In some similar cases, minidumps only show generic memory corruption with no clear driver name. When that happens, the usual next step is to:
- Enable Driver Verifier (targeting non‑Microsoft drivers) to force faulty drivers to fail in a more visible way and produce more informative dumps.
- If Driver Verifier causes boot loops, use System Restore or Safe Mode and then reset Verifier (
verifier /reset).
- Once more specific driver names appear in new dumps, update, disable, or uninstall those drivers.
- Consider vendor utilities and “defender” services
- In similar KERNEL_SECURITY_CHECK_FAILURE cases, vendor utilities such as overclocking/tuning tools (for example, OEM “gaming” suites) or crash‑defender services have been the root cause. Disabling or uninstalling such tools has resolved BSODs.

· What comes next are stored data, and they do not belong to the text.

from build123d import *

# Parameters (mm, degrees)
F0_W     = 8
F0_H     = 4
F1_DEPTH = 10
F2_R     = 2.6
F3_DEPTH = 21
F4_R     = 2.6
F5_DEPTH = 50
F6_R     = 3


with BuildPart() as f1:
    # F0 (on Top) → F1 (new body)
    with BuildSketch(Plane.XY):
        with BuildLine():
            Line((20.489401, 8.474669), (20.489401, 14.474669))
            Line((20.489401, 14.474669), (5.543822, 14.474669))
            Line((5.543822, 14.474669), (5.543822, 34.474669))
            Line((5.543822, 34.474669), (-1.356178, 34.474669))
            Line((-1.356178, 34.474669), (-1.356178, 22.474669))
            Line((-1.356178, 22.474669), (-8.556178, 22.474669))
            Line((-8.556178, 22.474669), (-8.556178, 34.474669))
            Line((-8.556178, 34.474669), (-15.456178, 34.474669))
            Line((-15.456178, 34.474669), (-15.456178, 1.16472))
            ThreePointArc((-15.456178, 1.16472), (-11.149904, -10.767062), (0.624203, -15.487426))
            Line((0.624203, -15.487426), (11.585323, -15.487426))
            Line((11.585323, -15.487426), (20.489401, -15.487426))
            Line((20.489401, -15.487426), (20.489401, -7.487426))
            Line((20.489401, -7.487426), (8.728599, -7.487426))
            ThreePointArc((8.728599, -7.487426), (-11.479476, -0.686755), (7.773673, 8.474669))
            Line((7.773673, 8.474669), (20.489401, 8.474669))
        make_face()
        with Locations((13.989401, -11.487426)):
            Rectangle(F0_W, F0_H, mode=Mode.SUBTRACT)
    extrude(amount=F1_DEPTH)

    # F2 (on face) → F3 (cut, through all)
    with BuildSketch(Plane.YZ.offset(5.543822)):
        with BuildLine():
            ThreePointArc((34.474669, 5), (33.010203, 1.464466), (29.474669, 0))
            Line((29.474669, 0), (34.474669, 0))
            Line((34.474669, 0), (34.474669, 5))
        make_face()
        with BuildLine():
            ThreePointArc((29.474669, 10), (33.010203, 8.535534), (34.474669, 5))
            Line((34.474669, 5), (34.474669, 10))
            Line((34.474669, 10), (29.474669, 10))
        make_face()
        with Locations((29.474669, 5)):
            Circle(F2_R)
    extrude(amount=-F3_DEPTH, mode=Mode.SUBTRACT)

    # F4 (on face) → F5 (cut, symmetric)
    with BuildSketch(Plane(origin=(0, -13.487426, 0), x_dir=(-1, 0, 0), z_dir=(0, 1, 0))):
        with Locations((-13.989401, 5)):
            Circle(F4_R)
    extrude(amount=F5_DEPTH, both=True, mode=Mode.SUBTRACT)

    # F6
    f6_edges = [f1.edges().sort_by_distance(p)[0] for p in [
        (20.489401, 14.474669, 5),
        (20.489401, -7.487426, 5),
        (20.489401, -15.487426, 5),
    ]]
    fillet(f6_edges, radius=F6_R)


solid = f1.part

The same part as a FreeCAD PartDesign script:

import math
import FreeCAD as App
import Part
import Sketcher
from FreeCAD import Vector


def edges_at(feature, points):
    """Names of the edges that pass closest to the given points."""
    edges = feature.Shape.Edges
    near = lambda p: min(range(len(edges)), key=lambda i: edges[i].distToShape(Part.Vertex(*p))[0])
    return sorted({f"Edge{near(p) + 1}" for p in points})


def add_polygon(sketch, points):
    """Adds a closed chain of lines whose ends are joined by coincident constraints."""
    first, n = sketch.GeometryCount, len(points)
    for a, b in zip(points, points[1:] + points[:1]):
        sketch.addGeometry(Part.LineSegment(App.Vector(*a, 0), App.Vector(*b, 0)), False)
    for i in range(n):
        sketch.addConstraint(Sketcher.Constraint("Coincident", first + i, 2, first + (i + 1) % n, 1))

doc = App.newDocument("Part")
body = doc.addObject("PartDesign::Body", "Body")

# Sketch on XY plane
sketch1 = doc.addObject("Sketcher::SketchObject", "Sketch")
body.addObject(sketch1)
sketch1.AttachmentSupport = (doc.XY_Plane, [""])
sketch1.MapMode = "FlatFace"
sketch1.addGeometry(Part.LineSegment(Vector(20.5, 8.5, 0), Vector(20.5, 14.5, 0)), False)  # 0
sketch1.addGeometry(Part.LineSegment(Vector(20.5, 14.5, 0), Vector(5.5, 14.5, 0)), False)  # 1
sketch1.addGeometry(Part.LineSegment(Vector(5.5, 14.5, 0), Vector(5.5, 34.5, 0)), False)  # 2
sketch1.addGeometry(Part.LineSegment(Vector(5.5, 34.5, 0), Vector(-1.4, 34.5, 0)), False)  # 3
sketch1.addGeometry(Part.LineSegment(Vector(-1.4, 34.5, 0), Vector(-1.4, 22.5, 0)), False)  # 4
sketch1.addGeometry(Part.LineSegment(Vector(-1.4, 22.5, 0), Vector(-8.6, 22.5, 0)), False)  # 5
sketch1.addGeometry(Part.LineSegment(Vector(-8.6, 22.5, 0), Vector(-8.6, 34.5, 0)), False)  # 6
sketch1.addGeometry(Part.LineSegment(Vector(-8.6, 34.5, 0), Vector(-15.5, 34.5, 0)), False)  # 7
sketch1.addGeometry(Part.LineSegment(Vector(-15.5, 34.5, 0), Vector(-15.5, 1.2, 0)), False)  # 8
sketch1.addGeometry(Part.ArcOfCircle(Part.Circle(Vector(0, 0, 0), Vector(0, 0, 1), 15.5), math.radians(176), math.radians(272)), False)  # 9
sketch1.addGeometry(Part.LineSegment(Vector(0.6, -15.5, 0), Vector(20.5, -15.5, 0)), False)  # 10
sketch1.addGeometry(Part.LineSegment(Vector(20.5, -15.5, 0), Vector(20.5, -7.5, 0)), False)  # 11
sketch1.addGeometry(Part.LineSegment(Vector(20.5, -7.5, 0), Vector(8.7, -7.5, 0)), False)  # 12
sketch1.addGeometry(Part.ArcOfCircle(Part.Circle(Vector(0, 0, 0), Vector(0, 0, 1), 11.5), math.radians(47), math.radians(319)), False)  # 13
sketch1.addGeometry(Part.LineSegment(Vector(7.8, 8.5, 0), Vector(20.5, 8.5, 0)), False)  # 14
add_polygon(sketch1, [(18, -13.5), (10, -13.5), (10, -9.5), (18, -9.5)])  # lines 15-18
sketch1.addConstraint([
    Sketcher.Constraint("Coincident", 0, 2, 1, 1),
    Sketcher.Constraint("Coincident", 1, 2, 2, 1),
    Sketcher.Constraint("Coincident", 2, 2, 3, 1),
    Sketcher.Constraint("Coincident", 3, 2, 4, 1),
    Sketcher.Constraint("Coincident", 4, 2, 5, 1),
    Sketcher.Constraint("Coincident", 5, 2, 6, 1),
    Sketcher.Constraint("Coincident", 6, 2, 7, 1),
    Sketcher.Constraint("Coincident", 7, 2, 8, 1),
    Sketcher.Constraint("Coincident", 8, 2, 9, 1),
    Sketcher.Constraint("Coincident", 9, 2, 10, 1),
    Sketcher.Constraint("Coincident", 10, 2, 11, 1),
    Sketcher.Constraint("Coincident", 11, 2, 12, 1),
    Sketcher.Constraint("Coincident", 12, 2, 13, 2),
    Sketcher.Constraint("Coincident", 13, 1, 14, 1),
    Sketcher.Constraint("Coincident", 14, 2, 0, 1),
    Sketcher.Constraint("Vertical", 0),
    Sketcher.Constraint("Horizontal", 1),
    Sketcher.Constraint("Vertical", 2),
    Sketcher.Constraint("Horizontal", 3),
    Sketcher.Constraint("Vertical", 4),
    Sketcher.Constraint("Horizontal", 5),
    Sketcher.Constraint("Vertical", 6),
    Sketcher.Constraint("Horizontal", 7),
    Sketcher.Constraint("Vertical", 8),
    Sketcher.Constraint("Horizontal", 10),
    Sketcher.Constraint("Vertical", 11),
    Sketcher.Constraint("Horizontal", 12),
    Sketcher.Constraint("Horizontal", 14),
    Sketcher.Constraint("Horizontal", 15),
    Sketcher.Constraint("Vertical", 16),
    Sketcher.Constraint("Horizontal", 17),
    Sketcher.Constraint("Vertical", 18),
    Sketcher.Constraint("Coincident", 9, 3, -1, 1),
    Sketcher.Constraint("Coincident", 13, 3, -1, 1),
    Sketcher.Constraint("Horizontal", 3, 2, 6, 2),
    Sketcher.Constraint("Vertical", 0, 2, 10, 2),
    Sketcher.Constraint("Equal", 3, 7),
    Sketcher.Constraint("Equal", 17, 11),
    Sketcher.Constraint("Radius", 9, 15.500001),
    Sketcher.Constraint("Radius", 13, 11.5),
    Sketcher.Constraint("DistanceX", 15, 2, 15, 1, 8.0),
    Sketcher.Constraint("DistanceY", 0, 1, 0, 2, 6.0),
    Sketcher.Constraint("DistanceY", 2, 1, 2, 2, 20.0),
    Sketcher.Constraint("DistanceY", 4, 2, 4, 1, 12.0),
    Sketcher.Constraint("DistanceY", 16, 1, 16, 2, 4.0),
    Sketcher.Constraint("DistanceX", 3, 2, 3, 1, 6.9),
    Sketcher.Constraint("DistanceX", 5, 2, 5, 1, 7.2),
    Sketcher.Constraint("DistanceY", 15, 2, 12, 2, 6.0),
    Sketcher.Constraint("DistanceX", 15, 2, 10, 2, 10.5),
    Sketcher.Constraint("DistanceX", 1, 2, 1, 1, 14.945579),
    Sketcher.Constraint("DistanceX", 14, 1, 14, 2, 12.715728),
    Sketcher.Constraint("DistanceY", 8, 2, 8, 1, 33.309949),
    Sketcher.Constraint("DistanceX", -1, 1, 12, 2, 8.728599),
])
pad1 = doc.addObject("PartDesign::Pad", "Pad")
body.addObject(pad1)
pad1.Profile = sketch1
pad1.Length = 10

# Sketch on YZ plane
sketch2 = doc.addObject("Sketcher::SketchObject", "Sketch001")
body.addObject(sketch2)
sketch2.AttachmentSupport = (doc.YZ_Plane, [""])
sketch2.MapMode = "FlatFace"
sketch2.AttachmentOffset = App.Placement(Vector(0, 0, 5.543822), App.Rotation())
sketch2.addGeometry([
    Part.ArcOfCircle(Part.Circle(Vector(29.5, 5, 0), Vector(0, 0, 1), 5), math.radians(-90), math.radians(0)),  # 0
    Part.LineSegment(Vector(29.5, 0, 0), Vector(34.5, 0, 0)),  # 1
    Part.LineSegment(Vector(34.5, 0, 0), Vector(34.5, 5, 0)),  # 2
    Part.ArcOfCircle(Part.Circle(Vector(29.5, 5, 0), Vector(0, 0, 1), 5), math.radians(0), math.radians(90)),  # 3
    Part.LineSegment(Vector(34.5, 5, 0), Vector(34.5, 10, 0)),  # 4
    Part.LineSegment(Vector(34.5, 10, 0), Vector(29.5, 10, 0)),  # 5
    Part.Circle(Vector(29.5, 5, 0), Vector(0, 0, 1), 2.6),  # 6
], False)
sketch2.addConstraint([
    Sketcher.Constraint("Tangent", 0, 1, 1, 1),
    Sketcher.Constraint("Coincident", 1, 2, 2, 1),
    Sketcher.Constraint("Tangent", 2, 2, 0, 2),
    Sketcher.Constraint("Tangent", 3, 1, 4, 1),
    Sketcher.Constraint("Coincident", 4, 2, 5, 1),
    Sketcher.Constraint("Tangent", 5, 2, 3, 2),
    Sketcher.Constraint("Horizontal", 1),
    Sketcher.Constraint("Vertical", 2),
    Sketcher.Constraint("Vertical", 4),
    Sketcher.Constraint("Horizontal", 5),
    Sketcher.Constraint("Coincident", 3, 3, 0, 3),
    Sketcher.Constraint("Coincident", 6, 3, 0, 3),
    Sketcher.Constraint("Equal", 0, 3),
    Sketcher.Constraint("PointOnObject", 0, 1, -1),
    Sketcher.Constraint("Radius", 0, 5.0),
    Sketcher.Constraint("Diameter", 6, 5.2),
    Sketcher.Constraint("DistanceX", -1, 1, 0, 3, 29.474669),
])
pocket1 = doc.addObject("PartDesign::Pocket", "Pocket")
body.addObject(pocket1)
pocket1.Profile = sketch2
pocket1.Type = "ThroughAll"

# Sketch on XZ plane
sketch3 = doc.addObject("Sketcher::SketchObject", "Sketch002")
body.addObject(sketch3)
sketch3.AttachmentSupport = (doc.XZ_Plane, [""])
sketch3.MapMode = "FlatFace"
sketch3.AttachmentOffset = App.Placement(Vector(0, 0, 13.487426), App.Rotation())
sketch3.addGeometry(Part.Circle(Vector(14, 5, 0), Vector(0, 0, 1), 2.6), False)
sketch3.addConstraint([
    Sketcher.Constraint("Diameter", 0, 5.2),
    Sketcher.Constraint("DistanceY", -1, 1, 0, 3, 5.0),
    Sketcher.Constraint("DistanceX", -1, 1, 0, 3, 13.989401),
])
pocket2 = doc.addObject("PartDesign::Pocket", "Pocket001")
body.addObject(pocket2)
pocket2.Profile = sketch3
pocket2.Length = 100
pocket2.Midplane = True
doc.recompute()

fillet = doc.addObject("PartDesign::Fillet", "Fillet")
body.addObject(fillet)
fillet.Base = (pocket2, edges_at(pocket2, [(20.489, 14.475, 5), (20.489, -7.487, 5), (20.489, -15.487, 5)]))
fillet.Radius = 3

doc.recompute()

- If any OEM audio, gaming, or “defender” services were installed with the DAC, mic, motherboard, or GPU, temporarily disable them via
services.msc and test.
- If the issue persists
- Collect several minidumps and analyze them together in WinDbg to see if the same code path or driver is always present at the time of the crash.
- Use the guidance in the KERNEL_SECURITY_CHECK_FAILURE documentation to walk any corrupted LIST_ENTRY structures and identify the driver or component that owns them.